Supplied data below:

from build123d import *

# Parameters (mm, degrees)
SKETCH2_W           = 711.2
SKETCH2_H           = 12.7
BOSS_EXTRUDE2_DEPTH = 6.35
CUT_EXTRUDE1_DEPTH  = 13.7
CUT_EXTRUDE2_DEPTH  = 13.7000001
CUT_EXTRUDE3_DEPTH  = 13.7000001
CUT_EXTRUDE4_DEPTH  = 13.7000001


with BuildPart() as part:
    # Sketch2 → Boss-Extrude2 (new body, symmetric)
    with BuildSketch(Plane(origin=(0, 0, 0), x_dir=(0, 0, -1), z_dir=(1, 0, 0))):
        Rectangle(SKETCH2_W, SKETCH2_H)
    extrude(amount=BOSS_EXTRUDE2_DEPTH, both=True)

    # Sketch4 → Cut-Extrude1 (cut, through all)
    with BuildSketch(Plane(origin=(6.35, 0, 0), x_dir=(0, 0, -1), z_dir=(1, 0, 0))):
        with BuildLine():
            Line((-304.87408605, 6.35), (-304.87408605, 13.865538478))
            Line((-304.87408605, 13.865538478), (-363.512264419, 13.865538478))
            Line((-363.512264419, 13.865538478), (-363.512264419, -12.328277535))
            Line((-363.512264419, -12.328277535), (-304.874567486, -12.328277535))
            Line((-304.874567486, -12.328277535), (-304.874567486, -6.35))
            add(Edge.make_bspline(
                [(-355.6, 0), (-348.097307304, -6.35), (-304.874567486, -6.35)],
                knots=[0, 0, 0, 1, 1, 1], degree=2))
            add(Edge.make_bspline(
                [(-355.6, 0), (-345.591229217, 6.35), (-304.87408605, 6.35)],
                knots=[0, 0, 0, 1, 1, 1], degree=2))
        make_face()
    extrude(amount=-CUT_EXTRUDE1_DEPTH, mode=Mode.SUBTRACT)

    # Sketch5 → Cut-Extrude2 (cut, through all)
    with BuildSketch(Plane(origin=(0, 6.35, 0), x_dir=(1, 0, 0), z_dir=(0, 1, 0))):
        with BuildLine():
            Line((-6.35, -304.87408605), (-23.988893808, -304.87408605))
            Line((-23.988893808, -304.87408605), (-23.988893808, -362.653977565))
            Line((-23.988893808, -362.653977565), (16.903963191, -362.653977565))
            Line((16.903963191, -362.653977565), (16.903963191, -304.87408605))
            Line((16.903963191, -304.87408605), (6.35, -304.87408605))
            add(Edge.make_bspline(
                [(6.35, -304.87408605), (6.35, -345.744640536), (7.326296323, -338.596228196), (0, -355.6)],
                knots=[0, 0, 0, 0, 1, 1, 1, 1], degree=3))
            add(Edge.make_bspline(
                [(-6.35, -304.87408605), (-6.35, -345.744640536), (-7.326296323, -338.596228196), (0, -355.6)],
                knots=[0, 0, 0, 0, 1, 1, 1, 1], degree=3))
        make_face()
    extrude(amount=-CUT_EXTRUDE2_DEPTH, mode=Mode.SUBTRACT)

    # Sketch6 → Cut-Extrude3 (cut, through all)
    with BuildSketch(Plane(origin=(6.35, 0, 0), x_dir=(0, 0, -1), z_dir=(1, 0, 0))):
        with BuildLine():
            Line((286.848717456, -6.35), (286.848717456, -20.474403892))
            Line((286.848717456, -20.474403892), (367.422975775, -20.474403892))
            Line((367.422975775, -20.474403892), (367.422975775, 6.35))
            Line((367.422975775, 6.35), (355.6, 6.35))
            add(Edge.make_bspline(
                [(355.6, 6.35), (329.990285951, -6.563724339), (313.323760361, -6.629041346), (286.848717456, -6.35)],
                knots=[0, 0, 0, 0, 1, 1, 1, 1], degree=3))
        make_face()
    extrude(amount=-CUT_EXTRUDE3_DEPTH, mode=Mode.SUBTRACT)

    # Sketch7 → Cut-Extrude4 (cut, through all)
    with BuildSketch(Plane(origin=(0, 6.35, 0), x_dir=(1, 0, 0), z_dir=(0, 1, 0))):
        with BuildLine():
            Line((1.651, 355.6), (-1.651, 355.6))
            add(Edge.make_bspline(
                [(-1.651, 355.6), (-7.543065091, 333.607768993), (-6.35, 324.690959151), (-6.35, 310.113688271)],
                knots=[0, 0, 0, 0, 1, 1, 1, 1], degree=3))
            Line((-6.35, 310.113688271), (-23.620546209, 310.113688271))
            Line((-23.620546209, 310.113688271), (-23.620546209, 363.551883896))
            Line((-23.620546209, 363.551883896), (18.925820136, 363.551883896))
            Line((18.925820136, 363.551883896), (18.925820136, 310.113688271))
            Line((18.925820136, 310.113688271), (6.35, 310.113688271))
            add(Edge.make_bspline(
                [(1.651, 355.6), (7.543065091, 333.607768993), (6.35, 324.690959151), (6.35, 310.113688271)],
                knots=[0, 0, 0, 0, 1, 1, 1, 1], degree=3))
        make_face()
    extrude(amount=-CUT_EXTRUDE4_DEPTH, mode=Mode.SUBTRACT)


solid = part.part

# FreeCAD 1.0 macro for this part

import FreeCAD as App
import Part
import Sketcher

V = App.Vector
Q = App.Units.Quantity


def add_polygon(sketch, points):
    """Adds a closed chain of lines whose ends are joined by coincident constraints."""
    first, n = sketch.GeometryCount, len(points)
    for a, b in zip(points, points[1:] + points[:1]):
        sketch.addGeometry(Part.LineSegment(App.Vector(*a, 0), App.Vector(*b, 0)), False)
    for i in range(n):
        sketch.addConstraint(Sketcher.Constraint("Coincident", first + i, 2, first + (i + 1) % n, 1))

doc = App.newDocument("Part")
params = doc.addObject("Spreadsheet::Sheet", "Params")
for row, (alias, value) in enumerate([
    ("sketch1_height", "28 in"),
    ("sketch1_width", "0.5 in"),
    ("pad1_length", "0.5 in"),
], start=1):
    params.set(f"A{row}", alias)
    params.set(f"B{row}", "=" + value)
    params.setAlias(f"B{row}", alias)

body = doc.addObject("PartDesign::Body", "Body")

sketch1 = body.newObject("Sketcher::SketchObject", "Sketch")
sketch1.AttachmentSupport = (doc.getObject("YZ_Plane"), [""])
sketch1.MapMode = "FlatFace"
add_polygon(sketch1, [(6.35, 355.6), (-6.35, 355.6), (-6.35, -355.6), (6.35, -355.6)])
sketch1.addConstraint([
    Sketcher.Constraint("Horizontal", 0),
    Sketcher.Constraint("Vertical", 1),
    Sketcher.Constraint("Horizontal", 2),
    Sketcher.Constraint("Vertical", 3),
    Sketcher.Constraint("Symmetric", 0, 2, 2, 2, -1, 1),
    Sketcher.Constraint("DistanceY", 1, 2, 1, 1, Q("28 in")),
    Sketcher.Constraint("DistanceX", 0, 2, 0, 1, Q("0.5 in")),
])
sketch1.setExpression("Constraints[9]", "Params.sketch1_height")
sketch1.setExpression("Constraints[10]", "Params.sketch1_width")
pad1 = body.newObject("PartDesign::Pad", "Pad")
pad1.Profile = sketch1
pad1.setExpression("Length", "Params.pad1_length")
pad1.Midplane = True

sketch2 = body.newObject("Sketcher::SketchObject", "Sketch001")
sketch2.AttachmentSupport = (doc.getObject("YZ_Plane"), [""])
sketch2.MapMode = "FlatFace"
sketch2.AttachmentOffset = App.Placement(V(0, 0, 0.25 * 25.4), App.Rotation())
sketch2.addGeometry([
    Part.LineSegment(V(6.35, 304.874086, 0), V(13.865538, 304.874086, 0)),
    Part.LineSegment(V(13.865538, 304.874086, 0), V(13.865538, 363.512264, 0)),
    Part.LineSegment(V(13.865538, 363.512264, 0), V(-12.328278, 363.512264, 0)),
    Part.LineSegment(V(-12.328278, 363.512264, 0), V(-12.328278, 304.874567, 0)),
    Part.LineSegment(V(-12.328278, 304.874567, 0), V(-6.35, 304.874567, 0)),
    Part.BSplineCurve([V(0, 355.6, 0), V(-6.35, 348.097307, 0), V(-6.35, 304.874567, 0)], [3, 3], [0, 1], False, 2, [1, 1, 1], False),
    Part.BSplineCurve([V(0, 355.6, 0), V(6.35, 345.591229, 0), V(6.35, 304.874086, 0)], [3, 3], [0, 1], False, 2, [1, 1, 1], False),
], False)
sketch2.addConstraint([
    Sketcher.Constraint("Block", 5),
    Sketcher.Constraint("Block", 6),
    Sketcher.Constraint("Coincident", 0, 2, 1, 1),
    Sketcher.Constraint("Coincident", 1, 2, 2, 1),
    Sketcher.Constraint("Coincident", 2, 2, 3, 1),
    Sketcher.Constraint("Coincident", 3, 2, 4, 1),
    Sketcher.Constraint("Coincident", 4, 2, 5, 2),
    Sketcher.Constraint("Coincident", 6, 2, 0, 1),
    Sketcher.Constraint("Horizontal", 0),
    Sketcher.Constraint("Vertical", 1),
    Sketcher.Constraint("Horizontal", 2),
    Sketcher.Constraint("Vertical", 3),
    Sketcher.Constraint("Horizontal", 4),
    Sketcher.Constraint("DistanceX", 0, 1, 0, 2, Q("7.515538 mm")),
    Sketcher.Constraint("DistanceY", 1, 1, 1, 2, Q("58.638178 mm")),
    Sketcher.Constraint("DistanceX", 2, 2, 2, 1, Q("26.193816 mm")),
])
pocket1 = body.newObject("PartDesign::Pocket", "Pocket")
pocket1.Profile = sketch2
pocket1.Type = "ThroughAll"

sketch3 = body.newObject("Sketcher::SketchObject", "Sketch002")
sketch3.AttachmentSupport = (doc.getObject("XZ_Plane"), [""])
sketch3.MapMode = "FlatFace"
sketch3.AttachmentOffset = App.Placement(V(0, 0, -0.25 * 25.4), App.Rotation())
sketch3.addGeometry([
    Part.LineSegment(V(-6.35, 304.874086, 0), V(-23.988894, 304.874086, 0)),
    Part.LineSegment(V(-23.988894, 304.874086, 0), V(-23.988894, 362.653978, 0)),
    Part.LineSegment(V(-23.988894, 362.653978, 0), V(16.903963, 362.653978, 0)),
    Part.LineSegment(V(16.903963, 362.653978, 0), V(16.903963, 304.874086, 0)),
    Part.LineSegment(V(16.903963, 304.874086, 0), V(6.35, 304.874086, 0)),
    Part.BSplineCurve([V(6.35, 304.874086, 0), V(6.35, 345.744641, 0), V(7.326296, 338.596228, 0), V(0, 355.6, 0)], [4, 4], [0, 1], False, 3, [1, 1, 1, 1], False),
    Part.BSplineCurve([V(-6.35, 304.874086, 0), V(-6.35, 345.744641, 0), V(-7.326296, 338.596228, 0), V(0, 355.6, 0)], [4, 4], [0, 1], False, 3, [1, 1, 1, 1], False),
], False)
sketch3.addConstraint([
    Sketcher.Constraint("Block", 5),
    Sketcher.Constraint("Block", 6),
    Sketcher.Constraint("Coincident", 0, 2, 1, 1),
    Sketcher.Constraint("Coincident", 1, 2, 2, 1),
    Sketcher.Constraint("Coincident", 2, 2, 3, 1),
    Sketcher.Constraint("Coincident", 3, 2, 4, 1),
    Sketcher.Constraint("Coincident", 4, 2, 5, 1),
    Sketcher.Constraint("Coincident", 6, 1, 0, 1),
    Sketcher.Constraint("Horizontal", 0),
    Sketcher.Constraint("Vertical", 1),
    Sketcher.Constraint("Horizontal", 2),
    Sketcher.Constraint("Vertical", 3),
    Sketcher.Constraint("Horizontal", 4),
    Sketcher.Constraint("DistanceY", 1, 1, 1, 2, Q("57.779892 mm")),
    Sketcher.Constraint("DistanceX", 0, 2, 0, 1, Q("17.638894 mm")),
    Sketcher.Constraint("DistanceX", 2, 1, 2, 2, Q("40.892857 mm")),
])
pocket2 = body.newObject("PartDesign::Pocket", "Pocket001")
pocket2.Profile = sketch3
pocket2.Type = "ThroughAll"
pocket2.Reversed = True

sketch4 = body.newObject("Sketcher::SketchObject", "Sketch003")
sketch4.AttachmentSupport = (doc.getObject("YZ_Plane"), [""])
sketch4.MapMode = "FlatFace"
sketch4.AttachmentOffset = App.Placement(V(0, 0, 0.25 * 25.4), App.Rotation())
sketch4.addGeometry([
    Part.LineSegment(V(-6.35, -286.848717, 0), V(-20.474404, -286.848717, 0)),
    Part.LineSegment(V(-20.474404, -286.848717, 0), V(-20.474404, -367.422976, 0)),
    Part.LineSegment(V(-20.474404, -367.422976, 0), V(6.35, -367.422976, 0)),
    Part.LineSegment(V(6.35, -367.422976, 0), V(6.35, -355.6, 0)),
    Part.BSplineCurve([V(6.35, -355.6, 0), V(-6.563724, -329.990286, 0), V(-6.629041, -313.32376, 0), V(-6.35, -286.848717, 0)], [4, 4], [0, 1], False, 3, [1, 1, 1, 1], False),
], False)
sketch4.addConstraint([
    Sketcher.Constraint("Block", 4),
    Sketcher.Constraint("Coincident", 0, 2, 1, 1),
    Sketcher.Constraint("Coincident", 1, 2, 2, 1),
    Sketcher.Constraint("Coincident", 2, 2, 3, 1),
    Sketcher.Constraint("Coincident", 3, 2, 4, 1),
    Sketcher.Constraint("Coincident", 4, 2, 0, 1),
    Sketcher.Constraint("Horizontal", 0),
    Sketcher.Constraint("Vertical", 1),
    Sketcher.Constraint("Horizontal", 2),
    Sketcher.Constraint("Vertical", 3),
    Sketcher.Constraint("DistanceY", 1, 2, 1, 1, Q("80.574258 mm")),
    Sketcher.Constraint("DistanceX", 0, 2, 0, 1, Q("14.124404 mm")),
])
pocket3 = body.newObject("PartDesign::Pocket", "Pocket002")
pocket3.Profile = sketch4
pocket3.Type = "ThroughAll"

sketch5 = body.newObject("Sketcher::SketchObject", "Sketch004")
sketch5.AttachmentSupport = (doc.getObject("XZ_Plane"), [""])
sketch5.MapMode = "FlatFace"
sketch5.AttachmentOffset = App.Placement(V(0, 0, -0.25 * 25.4), App.Rotation())
sketch5.addGeometry([
    Part.LineSegment(V(-1.651, -355.6, 0), V(1.651, -355.6, 0)),
    Part.BSplineCurve([V(1.651, -355.6, 0), V(7.543065, -333.607769, 0), V(6.35, -324.690959, 0), V(6.35, -310.113688, 0)], [4, 4], [0, 1], False, 3, [1, 1, 1, 1], False),
    Part.LineSegment(V(6.35, -310.113688, 0), V(18.92582, -310.113688, 0)),
    Part.LineSegment(V(18.92582, -310.113688, 0), V(18.92582, -363.551884, 0)),
    Part.LineSegment(V(18.92582, -363.551884, 0), V(-23.620546, -363.551884, 0)),
    Part.LineSegment(V(-23.620546, -363.551884, 0), V(-23.620546, -310.113688, 0)),
    Part.LineSegment(V(-23.620546, -310.113688, 0), V(-6.35, -310.113688, 0)),
    Part.BSplineCurve([V(-1.651, -355.6, 0), V(-7.543065, -333.607769, 0), V(-6.35, -324.690959, 0), V(-6.35, -310.113688, 0)], [4, 4], [0, 1], False, 3, [1, 1, 1, 1], False),
], False)
sketch5.addConstraint([
    Sketcher.Constraint("Block", 1),
    Sketcher.Constraint("Block", 7),
    Sketcher.Constraint("Coincident", 0, 2, 1, 1),
    Sketcher.Constraint("Coincident", 1, 2, 2, 1),
    Sketcher.Constraint("Coincident", 2, 2, 3, 1),
    Sketcher.Constraint("Coincident", 3, 2, 4, 1),
    Sketcher.Constraint("Coincident", 4, 2, 5, 1),
    Sketcher.Constraint("Coincident", 5, 2, 6, 1),
    Sketcher.Constraint("Coincident", 6, 2, 7, 2),
    Sketcher.Constraint("Coincident", 7, 1, 0, 1),
    Sketcher.Constraint("Horizontal", 2),
    Sketcher.Constraint("Vertical", 3),
    Sketcher.Constraint("Horizontal", 4),
    Sketcher.Constraint("Vertical", 5),
    Sketcher.Constraint("Horizontal", 6),
    Sketcher.Constraint("DistanceX", 2, 1, 2, 2, Q("12.57582 mm")),
    Sketcher.Constraint("DistanceX", 4, 2, 4, 1, Q("42.546366 mm")),
    Sketcher.Constraint("DistanceY", 3, 2, 3, 1, Q("53.438196 mm")),
])
pocket4 = body.newObject("PartDesign::Pocket", "Pocket003")
pocket4.Profile = sketch5
pocket4.Type = "ThroughAll"
pocket4.Reversed = True

doc.recompute()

End of Supplied data.

What you are asked to do — From the records above, quote only the lines running from the line with "Line((-6.35, -304.87408605), (-23.988893808, -304.87408605))" to the line with "-362.653977565), (16.903963191, -362.653977565))", both lines included.

Response to this task —
            Line((-6.35, -304.87408605), (-23.988893808, -304.87408605))
            Line((-23.988893808, -304.87408605), (-23.988893808, -362.653977565))
            Line((-23.988893808, -362.653977565), (16.903963191, -362.653977565))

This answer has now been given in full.